I team di ricerca italiani hanno fatto parte di sempre più progetti di studio internazionali sulle malattie rare, erano 941 nel 2019 e sono saliti addirittura a 1.131 nel 2023. È indicativo anche il fatto che la pandemia non ha diminuito la quota di sperimentazioni cliniche dedicate alle malattie rare, che era del 32,1% nel 2019 ed è cresciuta al 35,3% nel 2022.

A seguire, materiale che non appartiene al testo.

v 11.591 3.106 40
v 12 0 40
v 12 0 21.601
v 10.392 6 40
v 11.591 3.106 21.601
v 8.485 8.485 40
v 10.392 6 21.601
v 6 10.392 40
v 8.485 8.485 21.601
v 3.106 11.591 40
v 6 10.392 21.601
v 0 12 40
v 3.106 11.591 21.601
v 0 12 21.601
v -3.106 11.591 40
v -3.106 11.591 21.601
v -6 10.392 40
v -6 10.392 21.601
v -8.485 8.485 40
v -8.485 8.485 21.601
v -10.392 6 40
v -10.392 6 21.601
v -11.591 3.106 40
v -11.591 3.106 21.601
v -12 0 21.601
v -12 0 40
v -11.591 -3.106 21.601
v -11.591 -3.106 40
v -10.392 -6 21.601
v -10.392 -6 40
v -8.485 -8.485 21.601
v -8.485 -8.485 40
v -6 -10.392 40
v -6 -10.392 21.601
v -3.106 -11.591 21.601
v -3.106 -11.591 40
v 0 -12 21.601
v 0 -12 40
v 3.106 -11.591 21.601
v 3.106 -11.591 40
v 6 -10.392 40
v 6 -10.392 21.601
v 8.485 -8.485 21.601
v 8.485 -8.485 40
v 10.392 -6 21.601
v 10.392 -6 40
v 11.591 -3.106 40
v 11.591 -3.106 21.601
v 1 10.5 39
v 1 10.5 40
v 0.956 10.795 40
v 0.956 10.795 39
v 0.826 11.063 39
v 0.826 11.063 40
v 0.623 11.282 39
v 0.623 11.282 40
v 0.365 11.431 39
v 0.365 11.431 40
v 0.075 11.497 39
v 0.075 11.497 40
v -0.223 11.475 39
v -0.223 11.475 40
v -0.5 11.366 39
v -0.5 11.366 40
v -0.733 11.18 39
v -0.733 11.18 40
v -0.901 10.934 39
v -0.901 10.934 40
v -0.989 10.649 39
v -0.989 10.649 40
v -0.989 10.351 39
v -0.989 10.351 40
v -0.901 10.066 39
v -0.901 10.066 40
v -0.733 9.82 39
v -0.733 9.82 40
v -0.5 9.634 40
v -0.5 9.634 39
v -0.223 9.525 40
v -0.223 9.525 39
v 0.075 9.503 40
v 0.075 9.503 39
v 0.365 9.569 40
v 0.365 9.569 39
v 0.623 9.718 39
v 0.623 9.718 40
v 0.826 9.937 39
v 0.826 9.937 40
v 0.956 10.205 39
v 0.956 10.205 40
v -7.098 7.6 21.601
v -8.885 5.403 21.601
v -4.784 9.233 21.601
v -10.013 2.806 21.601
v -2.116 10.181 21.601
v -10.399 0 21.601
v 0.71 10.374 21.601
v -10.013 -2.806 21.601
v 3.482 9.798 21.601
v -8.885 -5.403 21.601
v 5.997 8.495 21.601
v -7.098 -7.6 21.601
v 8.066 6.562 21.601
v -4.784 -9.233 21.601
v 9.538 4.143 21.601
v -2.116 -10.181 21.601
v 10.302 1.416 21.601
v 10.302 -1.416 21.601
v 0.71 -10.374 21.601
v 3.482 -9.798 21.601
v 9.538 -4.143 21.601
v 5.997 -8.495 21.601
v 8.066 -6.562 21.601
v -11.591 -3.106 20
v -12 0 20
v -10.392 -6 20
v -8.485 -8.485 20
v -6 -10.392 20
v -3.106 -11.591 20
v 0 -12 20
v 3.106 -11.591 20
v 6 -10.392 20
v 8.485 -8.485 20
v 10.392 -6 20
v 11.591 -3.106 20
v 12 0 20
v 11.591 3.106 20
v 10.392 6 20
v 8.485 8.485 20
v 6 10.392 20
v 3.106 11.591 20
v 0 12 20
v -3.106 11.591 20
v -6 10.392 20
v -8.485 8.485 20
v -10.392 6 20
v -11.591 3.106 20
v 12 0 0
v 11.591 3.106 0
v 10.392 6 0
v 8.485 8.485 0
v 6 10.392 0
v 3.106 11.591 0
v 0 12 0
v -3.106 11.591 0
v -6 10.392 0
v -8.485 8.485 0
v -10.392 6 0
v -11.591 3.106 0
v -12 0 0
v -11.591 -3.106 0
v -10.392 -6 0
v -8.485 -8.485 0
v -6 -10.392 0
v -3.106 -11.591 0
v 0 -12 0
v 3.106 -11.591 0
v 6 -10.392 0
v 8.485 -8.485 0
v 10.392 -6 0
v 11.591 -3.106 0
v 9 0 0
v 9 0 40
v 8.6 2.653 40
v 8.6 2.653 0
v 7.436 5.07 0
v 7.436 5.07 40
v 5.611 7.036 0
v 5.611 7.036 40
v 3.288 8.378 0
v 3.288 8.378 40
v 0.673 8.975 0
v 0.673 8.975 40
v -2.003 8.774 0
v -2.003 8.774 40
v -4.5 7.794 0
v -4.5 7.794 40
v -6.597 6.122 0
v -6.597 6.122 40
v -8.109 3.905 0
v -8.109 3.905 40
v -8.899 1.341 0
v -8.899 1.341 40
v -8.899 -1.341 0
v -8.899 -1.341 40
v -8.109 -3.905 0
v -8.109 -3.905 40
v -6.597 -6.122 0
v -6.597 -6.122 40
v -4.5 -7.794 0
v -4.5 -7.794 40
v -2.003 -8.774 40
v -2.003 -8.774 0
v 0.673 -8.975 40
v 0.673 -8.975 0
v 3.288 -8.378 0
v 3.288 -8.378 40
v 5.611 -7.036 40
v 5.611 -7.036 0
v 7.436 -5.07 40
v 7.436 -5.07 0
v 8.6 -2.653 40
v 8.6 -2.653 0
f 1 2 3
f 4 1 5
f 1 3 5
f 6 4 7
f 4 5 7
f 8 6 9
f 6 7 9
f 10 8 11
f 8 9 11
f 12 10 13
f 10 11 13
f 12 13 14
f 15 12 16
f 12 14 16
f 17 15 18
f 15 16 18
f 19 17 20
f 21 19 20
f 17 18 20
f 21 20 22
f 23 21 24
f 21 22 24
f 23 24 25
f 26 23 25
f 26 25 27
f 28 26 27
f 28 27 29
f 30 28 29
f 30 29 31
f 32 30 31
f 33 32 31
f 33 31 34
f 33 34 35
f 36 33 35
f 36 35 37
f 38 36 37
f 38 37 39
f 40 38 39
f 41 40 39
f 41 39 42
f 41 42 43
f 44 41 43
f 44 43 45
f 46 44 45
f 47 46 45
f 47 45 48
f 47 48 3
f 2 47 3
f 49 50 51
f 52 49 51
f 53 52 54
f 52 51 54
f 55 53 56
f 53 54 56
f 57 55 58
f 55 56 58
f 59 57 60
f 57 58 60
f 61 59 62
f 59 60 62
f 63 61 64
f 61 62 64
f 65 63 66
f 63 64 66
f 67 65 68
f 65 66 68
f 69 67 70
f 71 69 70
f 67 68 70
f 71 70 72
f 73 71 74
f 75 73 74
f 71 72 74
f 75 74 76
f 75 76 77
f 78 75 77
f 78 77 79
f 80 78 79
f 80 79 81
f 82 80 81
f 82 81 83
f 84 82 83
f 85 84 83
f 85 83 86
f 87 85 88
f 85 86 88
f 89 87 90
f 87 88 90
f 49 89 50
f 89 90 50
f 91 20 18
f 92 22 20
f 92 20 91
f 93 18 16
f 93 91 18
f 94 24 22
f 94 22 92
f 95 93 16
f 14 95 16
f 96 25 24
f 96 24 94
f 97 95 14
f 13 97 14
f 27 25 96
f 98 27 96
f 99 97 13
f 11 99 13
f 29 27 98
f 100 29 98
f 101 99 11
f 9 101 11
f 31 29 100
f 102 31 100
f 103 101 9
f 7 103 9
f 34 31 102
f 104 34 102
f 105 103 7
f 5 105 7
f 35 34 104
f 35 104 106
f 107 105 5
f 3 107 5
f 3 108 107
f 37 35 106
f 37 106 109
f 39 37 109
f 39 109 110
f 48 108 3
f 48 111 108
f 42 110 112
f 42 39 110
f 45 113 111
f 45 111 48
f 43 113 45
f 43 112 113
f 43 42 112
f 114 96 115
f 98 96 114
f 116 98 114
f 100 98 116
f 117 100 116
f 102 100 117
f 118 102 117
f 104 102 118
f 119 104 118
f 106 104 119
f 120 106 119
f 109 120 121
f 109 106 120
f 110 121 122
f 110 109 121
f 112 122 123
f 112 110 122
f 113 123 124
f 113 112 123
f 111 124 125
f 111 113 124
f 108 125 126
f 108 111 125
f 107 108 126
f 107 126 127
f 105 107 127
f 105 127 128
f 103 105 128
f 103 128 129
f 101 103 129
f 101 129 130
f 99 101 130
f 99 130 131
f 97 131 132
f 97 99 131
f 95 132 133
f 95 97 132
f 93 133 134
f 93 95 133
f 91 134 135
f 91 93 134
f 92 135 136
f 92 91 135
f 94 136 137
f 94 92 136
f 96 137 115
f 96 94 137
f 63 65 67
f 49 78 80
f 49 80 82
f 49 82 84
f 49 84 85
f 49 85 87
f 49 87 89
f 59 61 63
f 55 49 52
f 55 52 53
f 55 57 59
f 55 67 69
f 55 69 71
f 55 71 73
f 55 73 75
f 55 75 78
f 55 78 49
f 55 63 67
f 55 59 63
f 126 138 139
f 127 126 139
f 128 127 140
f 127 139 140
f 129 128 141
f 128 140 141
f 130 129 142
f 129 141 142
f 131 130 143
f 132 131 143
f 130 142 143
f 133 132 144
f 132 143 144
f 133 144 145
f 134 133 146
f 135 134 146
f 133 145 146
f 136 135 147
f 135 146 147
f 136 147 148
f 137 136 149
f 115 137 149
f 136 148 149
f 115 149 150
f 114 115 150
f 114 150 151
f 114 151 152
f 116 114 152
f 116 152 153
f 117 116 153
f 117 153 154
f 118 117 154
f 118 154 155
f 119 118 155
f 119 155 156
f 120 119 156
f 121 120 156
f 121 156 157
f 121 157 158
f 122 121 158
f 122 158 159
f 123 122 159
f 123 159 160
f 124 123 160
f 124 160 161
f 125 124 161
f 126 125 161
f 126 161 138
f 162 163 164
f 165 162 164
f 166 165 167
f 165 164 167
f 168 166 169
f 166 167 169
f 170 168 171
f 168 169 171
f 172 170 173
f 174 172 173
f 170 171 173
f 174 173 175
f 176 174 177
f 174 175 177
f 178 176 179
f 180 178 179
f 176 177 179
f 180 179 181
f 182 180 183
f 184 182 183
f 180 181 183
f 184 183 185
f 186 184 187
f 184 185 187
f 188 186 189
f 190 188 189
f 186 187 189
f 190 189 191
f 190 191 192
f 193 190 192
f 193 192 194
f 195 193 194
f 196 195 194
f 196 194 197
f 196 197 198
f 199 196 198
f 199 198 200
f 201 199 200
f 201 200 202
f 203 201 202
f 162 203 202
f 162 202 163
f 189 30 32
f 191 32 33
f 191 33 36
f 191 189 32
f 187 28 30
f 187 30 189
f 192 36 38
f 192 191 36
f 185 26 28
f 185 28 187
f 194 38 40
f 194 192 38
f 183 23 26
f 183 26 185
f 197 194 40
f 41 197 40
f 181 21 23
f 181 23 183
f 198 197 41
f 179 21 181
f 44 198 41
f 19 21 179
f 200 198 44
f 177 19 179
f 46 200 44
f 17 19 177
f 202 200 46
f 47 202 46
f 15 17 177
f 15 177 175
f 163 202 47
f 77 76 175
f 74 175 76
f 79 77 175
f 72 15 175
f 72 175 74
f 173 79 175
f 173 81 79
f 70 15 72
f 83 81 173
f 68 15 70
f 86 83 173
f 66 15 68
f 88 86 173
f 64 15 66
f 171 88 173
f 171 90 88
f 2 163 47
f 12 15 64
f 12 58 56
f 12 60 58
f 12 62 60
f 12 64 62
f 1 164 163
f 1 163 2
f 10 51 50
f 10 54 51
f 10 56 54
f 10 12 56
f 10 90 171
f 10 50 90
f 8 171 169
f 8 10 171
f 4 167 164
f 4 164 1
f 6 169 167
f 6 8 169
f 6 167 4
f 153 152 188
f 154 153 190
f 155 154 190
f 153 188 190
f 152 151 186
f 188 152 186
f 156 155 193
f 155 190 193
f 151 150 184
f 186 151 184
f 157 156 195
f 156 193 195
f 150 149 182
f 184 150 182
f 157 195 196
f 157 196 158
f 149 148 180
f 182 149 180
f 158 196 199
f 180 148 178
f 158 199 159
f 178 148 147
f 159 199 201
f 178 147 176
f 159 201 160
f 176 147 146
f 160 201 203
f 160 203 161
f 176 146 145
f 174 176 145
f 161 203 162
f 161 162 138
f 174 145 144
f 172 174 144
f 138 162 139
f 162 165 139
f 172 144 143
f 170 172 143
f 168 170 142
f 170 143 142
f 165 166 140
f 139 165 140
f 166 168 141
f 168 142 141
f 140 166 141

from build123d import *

# Parameters (mm, degrees)
F0_R     = 12
F1_DEPTH = 40
F2_R     = 9
F3_DEPTH = 40.001
F7_R     = 1
F8_DEPTH = 1


with BuildPart() as f1:
    # F0 (on Top) → F1 (new body)
    with BuildSketch(Plane.XY):
        Circle(F0_R)
    extrude(amount=F1_DEPTH)

    # F2 (on face) → F3 (cut, through all)
    with BuildSketch(Plane.XY.offset(40)):
        Circle(F2_R)
    extrude(amount=-F3_DEPTH, mode=Mode.SUBTRACT)

    # F4 (on Front) → F6 (revolve, cut)
    with BuildSketch(Plane.XZ):
        Polygon((-12, 21.60143), (-12, 20), (-10.39857, 21.60143), align=None)
    revolve(axis=Axis((0, 0, 20.635139), (0, 0, 1)), mode=Mode.SUBTRACT)

    # F7 (on face) → F8 (cut)
    with BuildSketch(Plane.XY.offset(40)):
        with Locations((0, 10.5)):
            Circle(F7_R)
    extrude(amount=-F8_DEPTH, mode=Mode.SUBTRACT)


solid = f1.part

L’attenzione verso queste patologie sembra avere coinvolto anche il grande pubblico: secondo un’indagine di Ipsos del 2024 a essere al corrente del fenomeno delle malattie rare è l’82% degli europei, ma il 94% degli italiani, che sono i più informati del Vecchio Continente. Nel nostro Paese il 36% conosce qualcuno che ne è affetto, mentre in Europa il dato è del 31%. Anche un’altra percentuale, però, è molto indicativa: si tratta di quel 71% di italiani (rispetto al 68% degli europei) che non accetterebbe mai di scoprire che non viene fatta ricerca sulla malattia rara di un proprio caro. È anche per questo che l’impegno crescerà ancora.